Evaluating network meta-analysis feasibility requires assessing transitivity. This study introduces a novel method using hierarchical clustering to identify potential intransitivity, improving systematic review validity.
Area of Science:
- Biostatistics
- Epidemiology
- Health Research Methodology
Background:
- Network meta-analysis (NMA) feasibility hinges on the transitivity assumption, which is difficult to evaluate empirically.
- Transitivity requires no systematic differences in effect modifiers across treatment comparisons within a network.
- Existing methods for evaluating transitivity are complex and rely heavily on epidemiological interpretation.
Purpose of the Study:
- To propose a novel methodological framework for evaluating the transitivity assumption in network meta-analysis.
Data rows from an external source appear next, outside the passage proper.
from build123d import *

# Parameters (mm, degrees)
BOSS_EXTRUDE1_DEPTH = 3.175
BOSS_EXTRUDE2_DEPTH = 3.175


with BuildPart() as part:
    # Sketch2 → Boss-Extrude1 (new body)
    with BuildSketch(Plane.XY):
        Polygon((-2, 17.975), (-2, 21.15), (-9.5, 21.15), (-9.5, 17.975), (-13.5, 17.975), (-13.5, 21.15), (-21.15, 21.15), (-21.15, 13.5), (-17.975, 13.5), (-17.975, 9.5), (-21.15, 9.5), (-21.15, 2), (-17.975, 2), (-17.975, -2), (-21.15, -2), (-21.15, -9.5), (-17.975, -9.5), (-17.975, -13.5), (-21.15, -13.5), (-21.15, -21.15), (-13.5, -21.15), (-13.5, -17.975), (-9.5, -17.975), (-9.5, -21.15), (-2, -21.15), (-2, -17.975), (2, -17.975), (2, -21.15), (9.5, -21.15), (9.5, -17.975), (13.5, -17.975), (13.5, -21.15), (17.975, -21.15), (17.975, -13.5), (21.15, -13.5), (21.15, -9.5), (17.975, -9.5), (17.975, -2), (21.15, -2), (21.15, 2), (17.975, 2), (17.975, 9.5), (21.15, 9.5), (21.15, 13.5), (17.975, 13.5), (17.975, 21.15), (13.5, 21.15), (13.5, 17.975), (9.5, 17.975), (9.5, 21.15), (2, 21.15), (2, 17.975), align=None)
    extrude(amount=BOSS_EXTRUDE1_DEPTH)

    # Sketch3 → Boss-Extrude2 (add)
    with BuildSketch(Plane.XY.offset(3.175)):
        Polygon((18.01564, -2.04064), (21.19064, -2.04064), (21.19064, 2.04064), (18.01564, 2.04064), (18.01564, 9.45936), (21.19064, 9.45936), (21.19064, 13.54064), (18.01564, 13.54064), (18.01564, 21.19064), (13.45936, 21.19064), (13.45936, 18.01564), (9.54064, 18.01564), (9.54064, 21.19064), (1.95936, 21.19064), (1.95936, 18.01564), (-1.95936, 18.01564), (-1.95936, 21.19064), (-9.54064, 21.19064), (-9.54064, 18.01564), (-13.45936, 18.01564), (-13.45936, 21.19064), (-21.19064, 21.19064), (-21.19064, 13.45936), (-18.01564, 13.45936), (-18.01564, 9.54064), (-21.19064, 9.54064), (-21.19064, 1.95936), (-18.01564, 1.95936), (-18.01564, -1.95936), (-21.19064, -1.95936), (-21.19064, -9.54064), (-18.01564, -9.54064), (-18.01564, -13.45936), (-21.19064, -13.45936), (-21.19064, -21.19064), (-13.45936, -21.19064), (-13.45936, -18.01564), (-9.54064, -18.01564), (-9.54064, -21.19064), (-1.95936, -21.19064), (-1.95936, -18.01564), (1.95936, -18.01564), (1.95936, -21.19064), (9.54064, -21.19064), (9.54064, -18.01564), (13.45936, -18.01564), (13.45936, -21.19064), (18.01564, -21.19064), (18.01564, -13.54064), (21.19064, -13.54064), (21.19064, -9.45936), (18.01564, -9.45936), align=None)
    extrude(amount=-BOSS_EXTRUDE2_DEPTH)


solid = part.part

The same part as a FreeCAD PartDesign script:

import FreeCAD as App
import Part
import Sketcher
from FreeCAD import Vector
Q = App.Units.Quantity

doc = App.newDocument("Part")
body = doc.addObject("PartDesign::Body", "Body")

sketch1 = body.newObject("Sketcher::SketchObject", "Sketch")
sketch1.AttachmentSupport = (doc.getObject("XY_Plane"), [""])
sketch1.MapMode = "FlatFace"
sketch1.addGeometry([
    Part.LineSegment(Vector(-2, 18, 0), Vector(-2, 21.1, 0)),
    Part.LineSegment(Vector(-2, 21.1, 0), Vector(-9.5, 21.1, 0)),
    Part.LineSegment(Vector(-9.5, 21.1, 0), Vector(-9.5, 18, 0)),
    Part.LineSegment(Vector(-9.5, 18, 0), Vector(-13.5, 18, 0)),
    Part.LineSegment(Vector(-13.5, 18, 0), Vector(-13.5, 21.1, 0)),
    Part.LineSegment(Vector(-13.5, 21.1, 0), Vector(-21.1, 21.1, 0)),
    Part.LineSegment(Vector(-21.1, 21.1, 0), Vector(-21.1, 13.5, 0)),
    Part.LineSegment(Vector(-21.1, 13.5, 0), Vector(-18, 13.5, 0)),
    Part.LineSegment(Vector(-18, 13.5, 0), Vector(-18, 9.5, 0)),
    Part.LineSegment(Vector(-18, 9.5, 0), Vector(-21.1, 9.5, 0)),
    Part.LineSegment(Vector(-21.1, 9.5, 0), Vector(-21.1, 2, 0)),
    Part.LineSegment(Vector(-21.1, 2, 0), Vector(-18, 2, 0)),
    Part.LineSegment(Vector(-18, 2, 0), Vector(-18, -2, 0)),
    Part.LineSegment(Vector(-18, -2, 0), Vector(-21.1, -2, 0)),
    Part.LineSegment(Vector(-21.1, -2, 0), Vector(-21.1, -9.5, 0)),
    Part.LineSegment(Vector(-21.1, -9.5, 0), Vector(-18, -9.5, 0)),
    Part.LineSegment(Vector(-18, -9.5, 0), Vector(-18, -13.5, 0)),
    Part.LineSegment(Vector(-18, -13.5, 0), Vector(-21.1, -13.5, 0)),
    Part.LineSegment(Vector(-21.1, -13.5, 0), Vector(-21.1, -21.1, 0)),
    Part.LineSegment(Vector(-21.1, -21.1, 0), Vector(-13.5, -21.1, 0)),
    Part.LineSegment(Vector(-13.5, -21.1, 0), Vector(-13.5, -18, 0)),
    Part.LineSegment(Vector(-13.5, -18, 0), Vector(-9.5, -18, 0)),
    Part.LineSegment(Vector(-9.5, -18, 0), Vector(-9.5, -21.1, 0)),
    Part.LineSegment(Vector(-9.5, -21.1, 0), Vector(-2, -21.1, 0)),
    Part.LineSegment(Vector(-2, -21.1, 0), Vector(-2, -18, 0)),
    Part.LineSegment(Vector(-2, -18, 0), Vector(2, -18, 0)),
    Part.LineSegment(Vector(2, -18, 0), Vector(2, -21.1, 0)),
    Part.LineSegment(Vector(2, -21.1, 0), Vector(9.5, -21.1, 0)),
    Part.LineSegment(Vector(9.5, -21.1, 0), Vector(9.5, -18, 0)),
    Part.LineSegment(Vector(9.5, -18, 0), Vector(13.5, -18, 0)),
    Part.LineSegment(Vector(13.5, -18, 0), Vector(13.5, -21.1, 0)),
    Part.LineSegment(Vector(13.5, -21.1, 0), Vector(18, -21.1, 0)),
    Part.LineSegment(Vector(18, -21.1, 0), Vector(18, -13.5, 0)),
    Part.LineSegment(Vector(18, -13.5, 0), Vector(21.1, -13.5, 0)),
    Part.LineSegment(Vector(21.1, -13.5, 0), Vector(21.1, -9.5, 0)),
    Part.LineSegment(Vector(21.1, -9.5, 0), Vector(18, -9.5, 0)),
    Part.LineSegment(Vector(18, -9.5, 0), Vector(18, -2, 0)),
    Part.LineSegment(Vector(18, -2, 0), Vector(21.1, -2, 0)),
    Part.LineSegment(Vector(21.1, -2, 0), Vector(21.1, 2, 0)),
    Part.LineSegment(Vector(21.1, 2, 0), Vector(18, 2, 0)),
    Part.LineSegment(Vector(18, 2, 0), Vector(18, 9.5, 0)),
    Part.LineSegment(Vector(18, 9.5, 0), Vector(21.1, 9.5, 0)),
    Part.LineSegment(Vector(21.1, 9.5, 0), Vector(21.1, 13.5, 0)),
    Part.LineSegment(Vector(21.1, 13.5, 0), Vector(18, 13.5, 0)),
    Part.LineSegment(Vector(18, 13.5, 0), Vector(18, 21.1, 0)),
    Part.LineSegment(Vector(18, 21.1, 0), Vector(13.5, 21.1, 0)),
    Part.LineSegment(Vector(13.5, 21.1, 0), Vector(13.5, 18, 0)),
    Part.LineSegment(Vector(13.5, 18, 0), Vector(9.5, 18, 0)),
    Part.LineSegment(Vector(9.5, 18, 0), Vector(9.5, 21.1, 0)),
    Part.LineSegment(Vector(9.5, 21.1, 0), Vector(2, 21.1, 0)),
    Part.LineSegment(Vector(2, 21.1, 0), Vector(2, 18, 0)),
    Part.LineSegment(Vector(2, 18, 0), Vector(-2, 18, 0)),
], False)
sketch1.addConstraint([
    Sketcher.Constraint("Coincident", 0, 2, 1, 1),
    Sketcher.Constraint("Coincident", 1, 2, 2, 1),
    Sketcher.Constraint("Coincident", 2, 2, 3, 1),
    Sketcher.Constraint("Coincident", 3, 2, 4, 1),
    Sketcher.Constraint("Coincident", 4, 2, 5, 1),
    Sketcher.Constraint("Coincident", 5, 2, 6, 1),
    Sketcher.Constraint("Coincident", 6, 2, 7, 1),
    Sketcher.Constraint("Coincident", 7, 2, 8, 1),
    Sketcher.Constraint("Coincident", 8, 2, 9, 1),
    Sketcher.Constraint("Coincident", 9, 2, 10, 1),
    Sketcher.Constraint("Coincident", 10, 2, 11, 1),
    Sketcher.Constraint("Coincident", 11, 2, 12, 1),
    Sketcher.Constraint("Coincident", 12, 2, 13, 1),
    Sketcher.Constraint("Coincident", 13, 2, 14, 1),
    Sketcher.Constraint("Coincident", 14, 2, 15, 1),
    Sketcher.Constraint("Coincident", 15, 2, 16, 1),
    Sketcher.Constraint("Coincident", 16, 2, 17, 1),
    Sketcher.Constraint("Coincident", 17, 2, 18, 1),
    Sketcher.Constraint("Coincident", 18, 2, 19, 1),
    Sketcher.Constraint("Coincident", 19, 2, 20, 1),
    Sketcher.Constraint("Coincident", 20, 2, 21, 1),
    Sketcher.Constraint("Coincident", 21, 2, 22, 1),
    Sketcher.Constraint("Coincident", 22, 2, 23, 1),
    Sketcher.Constraint("Coincident", 23, 2, 24, 1),
    Sketcher.Constraint("Coincident", 24, 2, 25, 1),
    Sketcher.Constraint("Coincident", 25, 2, 26, 1),
    Sketcher.Constraint("Coincident", 26, 2, 27, 1),
    Sketcher.Constraint("Coincident", 27, 2, 28, 1),
    Sketcher.Constraint("Coincident", 28, 2, 29, 1),
    Sketcher.Constraint("Coincident", 29, 2, 30, 1),
    Sketcher.Constraint("Coincident", 30, 2, 31, 1),
    Sketcher.Constraint("Coincident", 31, 2, 32, 1),
    Sketcher.Constraint("Coincident", 32, 2, 33, 1),
    Sketcher.Constraint("Coincident", 33, 2, 34, 1),
    Sketcher.Constraint("Coincident", 34, 2, 35, 1),
    Sketcher.Constraint("Coincident", 35, 2, 36, 1),
    Sketcher.Constraint("Coincident", 36, 2, 37, 1),
    Sketcher.Constraint("Coincident", 37, 2, 38, 1),
    Sketcher.Constraint("Coincident", 38, 2, 39, 1),
    Sketcher.Constraint("Coincident", 39, 2, 40, 1),
    Sketcher.Constraint("Coincident", 40, 2, 41, 1),
    Sketcher.Constraint("Coincident", 41, 2, 42, 1),
    Sketcher.Constraint("Coincident", 42, 2, 43, 1),
    Sketcher.Constraint("Coincident", 43, 2, 44, 1),
    Sketcher.Constraint("Coincident", 44, 2, 45, 1),
    Sketcher.Constraint("Coincident", 45, 2, 46, 1),
    Sketcher.Constraint("Coincident", 46, 2, 47, 1),
    Sketcher.Constraint("Coincident", 47, 2, 48, 1),
    Sketcher.Constraint("Coincident", 48, 2, 49, 1),
    Sketcher.Constraint("Coincident", 49, 2, 50, 1),
    Sketcher.Constraint("Coincident", 50, 2, 51, 1),
    Sketcher.Constraint("Coincident", 51, 2, 0, 1),
    Sketcher.Constraint("Vertical", 0),
    Sketcher.Constraint("Horizontal", 1),
    Sketcher.Constraint("Vertical", 2),
    Sketcher.Constraint("Horizontal", 3),
    Sketcher.Constraint("Vertical", 4),
    Sketcher.Constraint("Horizontal", 5),
    Sketcher.Constraint("Vertical", 6),
    Sketcher.Constraint("Horizontal", 7),
    Sketcher.Constraint("Vertical", 8),
    Sketcher.Constraint("Horizontal", 9),
    Sketcher.Constraint("Vertical", 10),
    Sketcher.Constraint("Horizontal", 11),
    Sketcher.Constraint("Vertical", 12),
    Sketcher.Constraint("Horizontal", 13),
    Sketcher.Constraint("Vertical", 14),
    Sketcher.Constraint("Horizontal", 15),
    Sketcher.Constraint("Vertical", 16),
    Sketcher.Constraint("Horizontal", 17),
    Sketcher.Constraint("Vertical", 18),
    Sketcher.Constraint("Horizontal", 19),
    Sketcher.Constraint("Vertical", 20),
    Sketcher.Constraint("Horizontal", 21),
    Sketcher.Constraint("Vertical", 22),
    Sketcher.Constraint("Horizontal", 23),
    Sketcher.Constraint("Vertical", 24),
    Sketcher.Constraint("Horizontal", 25),
    Sketcher.Constraint("Vertical", 26),
    Sketcher.Constraint("Horizontal", 27),
    Sketcher.Constraint("Vertical", 28),
    Sketcher.Constraint("Horizontal", 29),
    Sketcher.Constraint("Vertical", 30),
    Sketcher.Constraint("Horizontal", 31),
    Sketcher.Constraint("Vertical", 32),
    Sketcher.Constraint("Horizontal", 33),
    Sketcher.Constraint("Vertical", 34),
    Sketcher.Constraint("Horizontal", 35),
    Sketcher.Constraint("Vertical", 36),
    Sketcher.Constraint("Horizontal", 37),
    Sketcher.Constraint("Vertical", 38),
    Sketcher.Constraint("Horizontal", 39),
    Sketcher.Constraint("Vertical", 40),
    Sketcher.Constraint("Horizontal", 41),
    Sketcher.Constraint("Vertical", 42),
    Sketcher.Constraint("Horizontal", 43),
    Sketcher.Constraint("Vertical", 44),
    Sketcher.Constraint("Horizontal", 45),
    Sketcher.Constraint("Vertical", 46),
    Sketcher.Constraint("Horizontal", 47),
    Sketcher.Constraint("Vertical", 48),
    Sketcher.Constraint("Horizontal", 49),
    Sketcher.Constraint("Vertical", 50),
    Sketcher.Constraint("Horizontal", 51),
    Sketcher.Constraint("Symmetric", 0, 2, 26, 2, -1, 1),
    Sketcher.Constraint("Symmetric", 2, 2, 28, 2, -1, 1),
    Sketcher.Constraint("Symmetric", 4, 2, 30, 2, -1, 1),
    Sketcher.Constraint("Symmetric", 7, 2, 32, 2, -1, 1),
    Sketcher.Constraint("Symmetric", 9, 2, 34, 2, -1, 1),
    Sketcher.Constraint("Symmetric", 11, 2, 36, 2, -1, 1),
    Sketcher.Constraint("Symmetric", 13, 2, 38, 2, -1, 1),
    Sketcher.Constraint("Symmetric", 15, 2, 40, 2, -1, 1),
    Sketcher.Constraint("Symmetric", 17, 2, 42, 2, -1, 1),
    Sketcher.Constraint("Symmetric", 19, 2, 45, 2, -1, 1),
    Sketcher.Constraint("Symmetric", 21, 2, 47, 2, -1, 1),
    Sketcher.Constraint("Symmetric", 23, 2, 49, 2, -1, 1),
    Sketcher.Constraint("Symmetric", 23, 2, 26, 2, -2),
    Sketcher.Constraint("Symmetric", 21, 2, 28, 2, -2),
    Sketcher.Constraint("Symmetric", 19, 2, 30, 2, -2),
    Sketcher.Constraint("Symmetric", 16, 2, 32, 2, -2),
    Sketcher.Constraint("Symmetric", 14, 2, 34, 2, -2),
    Sketcher.Constraint("Symmetric", 11, 2, 39, 2, -2),
    Sketcher.Constraint("Horizontal", 1, 2, 4, 2),
    Sketcher.Constraint("Horizontal", 21, 2, 24, 2),
    Sketcher.Constraint("Horizontal", 47, 2, 50, 2),
    Sketcher.Constraint("Vertical", 6, 2, 9, 2),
- To develop an approach for detecting potential intransitivity using study-level characteristics.
- To provide a semi-objective method for assessing the validity of network meta-analysis.
Main Methods:
- Calculating dissimilarities between treatment comparisons based on aggregate participant and methodological characteristics.
- Applying hierarchical clustering to group similar treatment comparisons.
- Quantifying clinical and methodological heterogeneity within and between comparisons.
Main Results:
- The proposed approach identified varying levels of between-comparison dissimilarities in investigated networks.
- Several treatment comparisons showed "likely concerning" non-statistical heterogeneity, indicating potential intransitivity.
- Hierarchical clustering revealed clusters of studies, suggesting areas requiring closer examination for transitivity violations.
Conclusions:
- The novel approach facilitates empirical evaluation of transitivity in network meta-analysis.
- Assessing clinical and methodological heterogeneity is crucial for NMA feasibility, similar to statistical heterogeneity.
- This method aids in scrutinizing evidence bases and justifying the use of network meta-analysis.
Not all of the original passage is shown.